Back in the 70's they were use on bars with tall towers to get the football and hockey games that were blacked out locally. The other option they used was stacked Yagi's but the parabolic dish was still better.
 
My house came with one of the Channel Master parabolics and it is a GREAT antenna! I've seen that tribute page before and some of the stuff people do is crazy. Making an array with 4 or 6 of 'em........and folks think a BUD is ugly!

I worked with them quite a bit because in our rural areas all that was available was C-Band or UHF. The parabolic antennas were less money than a BUD so there were many many of them.
 
up by our cabin I see a bunch of them on bars & hotels. At the time the only TV stations around there were low powered translator stations you see 2 or 3 of them set up (since the translator stations were in different directions)

next time I'm up there I'll take a couple pics
 
I was going to mention the legendary channel master 4251. parabolic kicks tail on UHF.
Its actually a nice idea. You still need the uhf yagi's reflector to prevent multipath problems.

the old venerable 4251 has a oven rack looking grid over the driven elements that only let the it see the parabolic grid. a lot of tv dx'ers use the 4251's that still exist.
 
Well I've come up with another good use for the eight and ten foot reflectors so at least they not heading to the scrap yard. There going to be used as covers for some of my garden plants next year so I don't have to use any chemicals on them.
 
oh yeah they work for UHF , tell me about it. a home made version of the channel master 2 meter parabolic reflector (I found out it was a channel master after I came to canada) plus a 3 stage low noise also home made (High Ft , low noise transistors bought in miami , fla) pre-amplifier with a run of RG-59 (or a russian made coaxial with very itchy fiber glass depending whether a friend of yours was in the cuban army or not) became very popular for a few years before I left 7 years ago. Univision and Telemundo stations broadcasting from Miami , 180 miles away, became the new "cuban tv" in my neighborhood in Cojimar (Remember The Old Man and the Sea by Ernest Hemingway novel based on a fisherman's life in my hometown?).
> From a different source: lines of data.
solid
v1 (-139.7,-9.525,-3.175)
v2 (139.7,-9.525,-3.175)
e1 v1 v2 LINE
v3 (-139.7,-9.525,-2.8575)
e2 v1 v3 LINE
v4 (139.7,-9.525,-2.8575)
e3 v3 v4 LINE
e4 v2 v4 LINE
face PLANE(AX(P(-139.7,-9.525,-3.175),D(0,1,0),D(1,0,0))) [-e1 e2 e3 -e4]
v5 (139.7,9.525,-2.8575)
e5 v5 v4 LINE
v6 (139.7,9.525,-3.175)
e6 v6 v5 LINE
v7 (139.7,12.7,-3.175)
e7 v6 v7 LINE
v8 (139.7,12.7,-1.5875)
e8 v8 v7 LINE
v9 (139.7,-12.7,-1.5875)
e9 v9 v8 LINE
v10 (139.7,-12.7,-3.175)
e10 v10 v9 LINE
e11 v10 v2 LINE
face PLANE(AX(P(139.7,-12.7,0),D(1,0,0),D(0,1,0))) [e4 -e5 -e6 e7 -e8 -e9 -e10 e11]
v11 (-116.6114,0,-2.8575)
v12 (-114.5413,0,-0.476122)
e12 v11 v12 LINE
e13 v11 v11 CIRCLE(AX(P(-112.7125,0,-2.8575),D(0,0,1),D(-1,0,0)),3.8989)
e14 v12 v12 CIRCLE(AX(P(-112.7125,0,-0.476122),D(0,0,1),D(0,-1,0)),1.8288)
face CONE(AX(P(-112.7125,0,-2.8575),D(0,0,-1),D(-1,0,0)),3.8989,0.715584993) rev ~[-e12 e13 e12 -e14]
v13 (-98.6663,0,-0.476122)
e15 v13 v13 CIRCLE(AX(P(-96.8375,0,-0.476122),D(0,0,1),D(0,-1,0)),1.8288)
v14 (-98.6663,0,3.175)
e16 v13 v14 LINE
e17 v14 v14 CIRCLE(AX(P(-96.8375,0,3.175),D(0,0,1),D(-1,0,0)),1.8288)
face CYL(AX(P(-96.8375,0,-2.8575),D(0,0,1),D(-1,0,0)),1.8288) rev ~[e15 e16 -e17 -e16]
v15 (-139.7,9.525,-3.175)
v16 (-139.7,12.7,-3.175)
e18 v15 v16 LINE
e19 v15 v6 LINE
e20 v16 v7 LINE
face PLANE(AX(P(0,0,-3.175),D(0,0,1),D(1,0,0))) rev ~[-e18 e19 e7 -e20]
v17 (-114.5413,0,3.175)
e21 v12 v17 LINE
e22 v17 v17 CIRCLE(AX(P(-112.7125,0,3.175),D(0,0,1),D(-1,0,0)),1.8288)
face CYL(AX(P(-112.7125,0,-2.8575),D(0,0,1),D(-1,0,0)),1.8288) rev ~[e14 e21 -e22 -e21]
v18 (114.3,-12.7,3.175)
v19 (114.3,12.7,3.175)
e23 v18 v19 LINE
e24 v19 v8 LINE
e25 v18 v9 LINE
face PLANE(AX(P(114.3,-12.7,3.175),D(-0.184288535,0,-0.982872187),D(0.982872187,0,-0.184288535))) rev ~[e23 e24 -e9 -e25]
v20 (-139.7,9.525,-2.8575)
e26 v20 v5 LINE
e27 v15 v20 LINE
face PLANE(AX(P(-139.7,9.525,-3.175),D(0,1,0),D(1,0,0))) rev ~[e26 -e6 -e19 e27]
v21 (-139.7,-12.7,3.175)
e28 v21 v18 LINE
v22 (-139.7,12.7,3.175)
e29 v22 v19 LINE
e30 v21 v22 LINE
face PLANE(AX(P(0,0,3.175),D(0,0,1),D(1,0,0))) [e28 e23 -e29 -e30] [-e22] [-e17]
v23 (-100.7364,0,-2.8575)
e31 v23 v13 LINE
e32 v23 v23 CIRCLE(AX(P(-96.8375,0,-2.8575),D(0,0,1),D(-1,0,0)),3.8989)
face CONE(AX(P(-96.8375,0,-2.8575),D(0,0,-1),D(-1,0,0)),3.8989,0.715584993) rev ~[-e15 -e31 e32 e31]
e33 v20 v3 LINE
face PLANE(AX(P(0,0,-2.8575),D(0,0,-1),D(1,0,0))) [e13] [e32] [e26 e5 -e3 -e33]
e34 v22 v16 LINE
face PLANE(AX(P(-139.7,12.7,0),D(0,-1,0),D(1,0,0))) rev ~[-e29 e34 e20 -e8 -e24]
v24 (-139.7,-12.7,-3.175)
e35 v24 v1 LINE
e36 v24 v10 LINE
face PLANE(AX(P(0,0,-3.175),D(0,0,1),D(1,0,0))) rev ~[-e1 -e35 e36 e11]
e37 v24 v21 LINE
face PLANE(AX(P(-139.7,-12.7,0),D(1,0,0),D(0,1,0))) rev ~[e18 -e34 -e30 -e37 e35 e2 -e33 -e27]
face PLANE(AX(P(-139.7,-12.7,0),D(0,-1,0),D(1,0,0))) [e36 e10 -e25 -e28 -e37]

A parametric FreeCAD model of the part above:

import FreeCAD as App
import Part
import Sketcher
Q = App.Units.Quantity


def add_polygon(sketch, points):
    """Adds a closed chain of lines whose ends are joined by coincident constraints."""
    first, n = sketch.GeometryCount, len(points)
    for a, b in zip(points, points[1:] + points[:1]):
        sketch.addGeometry(Part.LineSegment(App.Vector(*a, 0), App.Vector(*b, 0)), False)
    for i in range(n):
        sketch.addConstraint(Sketcher.Constraint("Coincident", first + i, 2, first + (i + 1) % n, 1))

doc = App.newDocument("Part")
params = doc.addObject("Spreadsheet::Sheet", "Params")
for row, (alias, value) in enumerate([
    ("sketch1_width", "11 in"),
    ("sketch1_height", "1 in"),
    ("pad1_length", "0.25 in"),
    ("sketch2_width", "1 in"),
    ("sketch2_height", "0.1875 in"),
    ("pocket1_length", "1 in"),
    ("sketch3_width", "11 in"),
    ("sketch3_height", "0.75 in"),
    ("pocket2_length", "0.0125 in"),
    ("sketch4_diameter", "0.144 in"),
    ("hole_diameter", "0.144 in"),
    ("hole_csink_diameter", "0.307 in"),
], start=1):
    params.set(f"A{row}", alias)
    params.set(f"B{row}", "=" + value)
    params.setAlias(f"B{row}", alias)

body = doc.addObject("PartDesign::Body", "Body")

# Sketch on XY plane
sketch1 = body.newObject("Sketcher::SketchObject", "Sketch")
sketch1.AttachmentSupport = (doc.getObject("XY_Plane"), [""])
sketch1.MapMode = "FlatFace"
add_polygon(sketch1, [(-140, 13), (-140, -13), (140, -13), (140, 13)])  # lines 0-3
sketch1.addConstraint(Sketcher.Constraint("Vertical", 0))
sketch1.addConstraint(Sketcher.Constraint("Horizontal", 1))
sketch1.addConstraint(Sketcher.Constraint("Vertical", 2))
sketch1.addConstraint(Sketcher.Constraint("Horizontal", 3))
sketch1.addConstraint(Sketcher.Constraint("Symmetric", 0, 2, 2, 2, -1, 1))
sketch1.addConstraint(Sketcher.Constraint("DistanceX", 1, 1, 1, 2, Q("11 in")))
sketch1.addConstraint(Sketcher.Constraint("DistanceY", 0, 2, 0, 1, Q("1 in")))
sketch1.setExpression("Constraints[9]", "Params.sketch1_width")
sketch1.setExpression("Constraints[10]", "Params.sketch1_height")
pad1 = body.newObject("PartDesign::Pad", "Pad")
pad1.Profile = sketch1
pad1.setExpression("Length", "Params.pad1_length")
pad1.Midplane = True

# Sketch on XZ plane
sketch2 = body.newObject("Sketcher::SketchObject", "Sketch001")
sketch2.AttachmentSupport = (doc.getObject("XZ_Plane"), [""])
sketch2.MapMode = "FlatFace"
sketch2.AttachmentOffset = App.Placement(App.Vector(0, 0, 0.5 * 25.4), App.Rotation())
add_polygon(sketch2, [(139.7, 3.2), (114.3, 3.2), (139.7, -1.6)])  # lines 0-2
sketch2.addConstraint(Sketcher.Constraint("Horizontal", 0))
sketch2.addConstraint(Sketcher.Constraint("Vertical", 2))
sketch2.addConstraint(Sketcher.Constraint("DistanceX", 0, 2, 0, 1, Q("1 in")))
sketch2.addConstraint(Sketcher.Constraint("DistanceX", -1, 1, 0, 2, Q("4.5 in")))
sketch2.addConstraint(Sketcher.Constraint("DistanceY", 2, 1, 2, 2, Q("0.1875 in")))
sketch2.addConstraint(Sketcher.Constraint("DistanceY", -1, 1, 0, 2, Q("0.125 in")))
sketch2.setExpression("Constraints[5]", "Params.sketch2_width")
sketch2.setExpression("Constraints[7]", "Params.sketch2_height")
pocket1 = body.newObject("PartDesign::Pocket", "Pocket")
pocket1.Profile = sketch2
pocket1.setExpression("Length", "Params.pocket1_length")

# Sketch on XY plane
sketch3 = body.newObject("Sketcher::SketchObject", "Sketch002")
sketch3.AttachmentSupport = (doc.getObject("XY_Plane"), [""])
sketch3.MapMode = "FlatFace"
sketch3.AttachmentOffset = App.Placement(App.Vector(0, 0, -0.125 * 25.4), App.Rotation())
add_polygon(sketch3, [(-140, -10), (-140, 10), (140, 10), (140, -10)])  # lines 0-3
sketch3.addConstraint(Sketcher.Constraint("Vertical", 0))
sketch3.addConstraint(Sketcher.Constraint("Horizontal", 1))
sketch3.addConstraint(Sketcher.Constraint("Vertical", 2))
sketch3.addConstraint(Sketcher.Constraint("Horizontal", 3))
sketch3.addConstraint(Sketcher.Constraint("Symmetric", 0, 2, 2, 2, -1, 1))
sketch3.addConstraint(Sketcher.Constraint("DistanceX", 1, 1, 1, 2, Q("11 in")))
sketch3.addConstraint(Sketcher.Constraint("DistanceY", 0, 1, 0, 2, Q("0.75 in")))
sketch3.setExpression("Constraints[9]", "Params.sketch3_width")
sketch3.setExpression("Constraints[10]", "Params.sketch3_height")
pocket2 = body.newObject("PartDesign::Pocket", "Pocket001")
pocket2.Profile = sketch3
pocket2.setExpression("Length", "Params.pocket2_length")
pocket2.Reversed = True

# Sketch on XY plane
sketch4 = body.newObject("Sketcher::SketchObject", "Sketch003")
sketch4.AttachmentSupport = (doc.getObject("XY_Plane"), [""])
sketch4.MapMode = "FlatFace"
sketch4.AttachmentOffset = App.Placement(App.Vector(0, 0, -0.1125 * 25.4), App.Rotation())
sketch4.addGeometry(Part.Circle(App.Vector(-112.7, 0, 0), App.Vector(0, 0, 1), 1.8), False)
sketch4.addGeometry(Part.Circle(App.Vector(-96.8, 0, 0), App.Vector(0, 0, 1), 1.8), False)
sketch4.addConstraint(Sketcher.Constraint("Equal", 0, 1))
sketch4.addConstraint(Sketcher.Constraint("PointOnObject", 0, 3, -1))
sketch4.addConstraint(Sketcher.Constraint("PointOnObject", 1, 3, -1))
sketch4.addConstraint(Sketcher.Constraint("Diameter", 0, Q("0.144 in")))
sketch4.addConstraint(Sketcher.Constraint("DistanceX", 0, 3, -1, 1, Q("4.4375 in")))
sketch4.addConstraint(Sketcher.Constraint("DistanceX", 1, 3, -1, 1, Q("3.8125 in")))
sketch4.setExpression("Constraints[3]", "Params.sketch4_diameter")
doc.recompute()
hole = body.newObject("PartDesign::Hole", "Hole")
hole.Profile = sketch4
hole.ThreadType = "None"
hole.setExpression("Diameter", "Params.hole_diameter")
hole.DepthType = "ThroughAll"
hole.HoleCutType = "Countersink"
hole.setExpression("HoleCutDiameter", "Params.hole_csink_diameter")
hole.HoleCutCountersinkAngle = 82
hole.Reversed = True

doc.recompute()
With only a minor fading for 2 seconds or less and just a few days through out the year you could follow the sopa operas and spanish news and even the Florida Marlins on the Miami CH 33 UPN affiliate when they started every single day (not the marlins , only when they broadcasted it obviously). Before, the stacked yagis or single high gain yaguis or any other antenna-booster combination would give you reception throughout the year (thankls mostly to the summer like caribbean weather and thus to the tropospheric duct) but never reliably and consistently every day even during the winter months like with the big monster 2 meter parabolic reflector.

Oh! , those were the good days , lol.
 
I think I found him at Rick's forum. There is somebody there that posts every Ku signal they get as a wild feed. Yesterday was the NBC mux on AMC6 Ku.

Is the spelling and grammar usage really bad... if so then you found him.